Konunun dünyanın her yerinde “bomba” haber olduğunu ifade eden Deniz Baykal, “Eğer böyle bir olay varsa, ne kadar gerçeği yansıtır yansıtmaz, doğrudur değildir tartışması yapılırsa yapılsın, Alman savcılığının resmi iddianamesinde Türkiye Başbakanına tutuklu iki sanık ‘evet ben Başbakana vermek üzere bu parayı aldım, evet ben Başbakan’a versin diye bu parayı verdim’ diyorsa, Türkiye’de bu daima bu haberdir” diye konuştu.

-BAŞBAKAN’A “FOTOĞRAFLI” YANIT-

CHP Genel Başkanı Deniz Baykal, Başbakan Erdoğan’ın, tutuklu sanıklardan Mehmet Gürhan’ı tanımadığını söylediğini hatırlatırken, Gürhan ve Erdoğan’ı birlikte gösteren ve bazı gazetelere yansıyan fotoğraflarını gösterdi. Baykal, Gürhan’ın AKP ve Başbakan’ın yurt dışındaki ilişkilerini organize eden bir kişi olduğunu söyledi. Baykal, Gürhan’ın, önde gelen AKP’lilerle de çok yakın ilişki içinde olduğunu söyledi. Baykal, “Şimdi bu fotoğraf kardeşim Türkiye’deki ana medyada neden yayınlanmıyor? Ben bunu anlamıyorum. Sorulması gereken soru bu. Soru, 'Nasıl olur da Alman iddianamesinde geçen bu olayı ürkek ürkek dile getiriyorsun' değildir.
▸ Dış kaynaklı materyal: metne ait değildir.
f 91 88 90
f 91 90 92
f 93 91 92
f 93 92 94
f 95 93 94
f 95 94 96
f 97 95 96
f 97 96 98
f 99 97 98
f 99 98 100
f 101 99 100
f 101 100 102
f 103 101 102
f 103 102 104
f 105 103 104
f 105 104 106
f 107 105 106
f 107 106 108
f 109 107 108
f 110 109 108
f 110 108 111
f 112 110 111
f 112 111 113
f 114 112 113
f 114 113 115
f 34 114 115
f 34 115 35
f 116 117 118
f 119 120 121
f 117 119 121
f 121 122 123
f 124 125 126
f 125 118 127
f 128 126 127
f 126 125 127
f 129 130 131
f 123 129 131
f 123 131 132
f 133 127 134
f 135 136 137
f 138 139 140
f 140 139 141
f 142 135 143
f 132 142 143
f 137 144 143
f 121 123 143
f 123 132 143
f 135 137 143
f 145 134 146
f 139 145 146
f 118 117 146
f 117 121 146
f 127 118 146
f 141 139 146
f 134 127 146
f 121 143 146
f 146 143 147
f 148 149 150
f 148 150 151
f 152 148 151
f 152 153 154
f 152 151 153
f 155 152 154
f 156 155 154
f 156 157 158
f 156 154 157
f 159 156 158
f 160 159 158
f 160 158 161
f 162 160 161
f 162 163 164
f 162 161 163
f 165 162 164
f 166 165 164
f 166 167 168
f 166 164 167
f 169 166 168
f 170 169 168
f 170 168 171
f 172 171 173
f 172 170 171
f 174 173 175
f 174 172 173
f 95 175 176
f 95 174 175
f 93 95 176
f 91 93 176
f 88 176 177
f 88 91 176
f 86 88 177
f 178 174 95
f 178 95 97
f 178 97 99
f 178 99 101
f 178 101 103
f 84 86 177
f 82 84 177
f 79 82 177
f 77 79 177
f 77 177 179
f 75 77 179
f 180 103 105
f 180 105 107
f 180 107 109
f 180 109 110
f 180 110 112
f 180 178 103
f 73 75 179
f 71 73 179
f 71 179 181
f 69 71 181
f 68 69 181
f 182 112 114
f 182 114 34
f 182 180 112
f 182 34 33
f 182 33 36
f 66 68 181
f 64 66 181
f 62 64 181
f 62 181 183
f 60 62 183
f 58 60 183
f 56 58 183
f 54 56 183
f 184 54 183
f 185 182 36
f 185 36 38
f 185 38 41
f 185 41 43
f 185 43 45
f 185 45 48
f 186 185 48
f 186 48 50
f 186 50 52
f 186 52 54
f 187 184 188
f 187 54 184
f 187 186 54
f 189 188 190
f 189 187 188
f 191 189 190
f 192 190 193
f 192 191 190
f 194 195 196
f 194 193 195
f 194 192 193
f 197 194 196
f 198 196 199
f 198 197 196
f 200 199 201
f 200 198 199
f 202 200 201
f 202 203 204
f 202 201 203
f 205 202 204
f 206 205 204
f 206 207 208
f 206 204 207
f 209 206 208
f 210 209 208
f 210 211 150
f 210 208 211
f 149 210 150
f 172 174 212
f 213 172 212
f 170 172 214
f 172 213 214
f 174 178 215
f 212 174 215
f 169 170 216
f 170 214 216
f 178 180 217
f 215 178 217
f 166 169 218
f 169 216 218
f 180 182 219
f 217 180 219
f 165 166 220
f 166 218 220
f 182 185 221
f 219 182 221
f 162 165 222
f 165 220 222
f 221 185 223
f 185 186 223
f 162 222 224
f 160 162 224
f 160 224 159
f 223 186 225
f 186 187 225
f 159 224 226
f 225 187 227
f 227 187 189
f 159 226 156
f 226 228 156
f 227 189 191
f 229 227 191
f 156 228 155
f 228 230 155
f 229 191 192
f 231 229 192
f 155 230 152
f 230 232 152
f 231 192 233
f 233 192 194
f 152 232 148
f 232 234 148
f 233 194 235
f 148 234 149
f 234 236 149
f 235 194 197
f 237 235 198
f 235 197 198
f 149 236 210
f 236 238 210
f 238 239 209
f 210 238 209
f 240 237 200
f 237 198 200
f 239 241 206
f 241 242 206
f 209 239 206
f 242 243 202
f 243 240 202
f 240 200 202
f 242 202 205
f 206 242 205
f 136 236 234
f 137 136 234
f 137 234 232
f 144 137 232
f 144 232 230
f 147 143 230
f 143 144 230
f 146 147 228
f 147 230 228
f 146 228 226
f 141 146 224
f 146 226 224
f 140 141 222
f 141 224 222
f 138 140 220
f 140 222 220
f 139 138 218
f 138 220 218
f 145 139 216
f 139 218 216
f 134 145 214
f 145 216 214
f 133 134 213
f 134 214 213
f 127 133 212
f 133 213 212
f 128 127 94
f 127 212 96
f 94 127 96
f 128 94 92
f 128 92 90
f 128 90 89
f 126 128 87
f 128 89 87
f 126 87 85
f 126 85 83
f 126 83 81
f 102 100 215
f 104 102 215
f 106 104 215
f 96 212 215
Sorulması gereken soru, bu konu ile ilgili bütün ayrıntılar neden kapsamlı şekilde ortaya konulamıyor?” dedi.

Baykal, şunları söyledi:
“Başbakan bu parayı almıştır ya da almamıştır. Bu iddia doğrudur ya da yanlıştır. O bizi ilgilendirmez. Ama orada toplanan paraların bu amaçla toplandığı açıktır. Başbakan'a gideceği söylendiği açıktır. Başbakanın adının oradaki bu olaya karıştığı açıktır. Bunun elbette bir haber olarak büyük değeri vardır, elbette bu konuyla herkes ilgilenmek, bilgilenmek hakkına sahiptir ve bu konu mutlaka kamuoyuna yansıtılması gereken bir konudur. Bu konuyu ancak biz Alman savcının iddianamesine dayanarak söyleyince Türkiye kısmen haberdar oldu. Böyle bir şey olur mu? Böyle demokrasi olur mu? Böyle bir basın özgürlüğü olur mu?”

Başbakan Erdoğan’ın, panik ve telaş içinde, “Bunları nasıl haber yaparsınız?” diye medyaya çattığını söyleyen Baykal, değerlendirmelerini şöyle sürdürdü:

“Bunların haber yapılmış olması değil, yeterince haber yapılmamış olması sorgulanması gereken ana konu. Bu yönüyle de çok ciddi bir demokrasi, hukuk devleti ve basın özgürlüğü ile karşı karşıyayız. Neyin yazılacağına Başbakan mı karar verecek? Başbakanın işine gelenler yazılacak, işine gelmeyenler yazılmayacak. Başbakanı üzecek haberler yapılmayacak. Böyle demokrasi olur mu? Böyle hukuk devleti, böyle basın özgürlüğü olur mu? Öyle bir hava yaratılıyor ki, giderek korkuyorum Türk medyasına bir otosansür uygulanmasına yol açacak. ‘Aman Başbakanı kızdırmayalım’ diye haber tercihleri ona göre şekillenecek. Bu çok vahim bir manzara. Türkiye hiçbir zaman bu kadar teslim olmamıştı. Çok üzüntü verici bir manzara.”
Başbakan Erdoğan’ın Deniz Feneri soruşturmasını örtbas etmeye çalıştığını öne süren Baykal, “Eğer kendisiyle ilgili bir bağlantısı yoksa, çıksın açıkça sonuna kadar cezalandırılsın, ne gerekiyorsa yapılsın diye oda onların üstüne yürüsün. Yapamıyor? Niye yapamıyor? İlişkiler, yakınlıklar, temaslar ortada” diye konuştu.

BAŞBAKAN ŞANTAJ YAPIYOR?

“Türkiye gerizekalı mı?” diyen Baykal, “Bu olaylar yaşanacak. Konuşulmayacak. Ürkeceğiz, korkacağız sesimizi çıkarmayacağız ve yıldıracak, susturacaklar, korkutacaklar. Başbakan şimdi bunu deniyor” diye konuştu.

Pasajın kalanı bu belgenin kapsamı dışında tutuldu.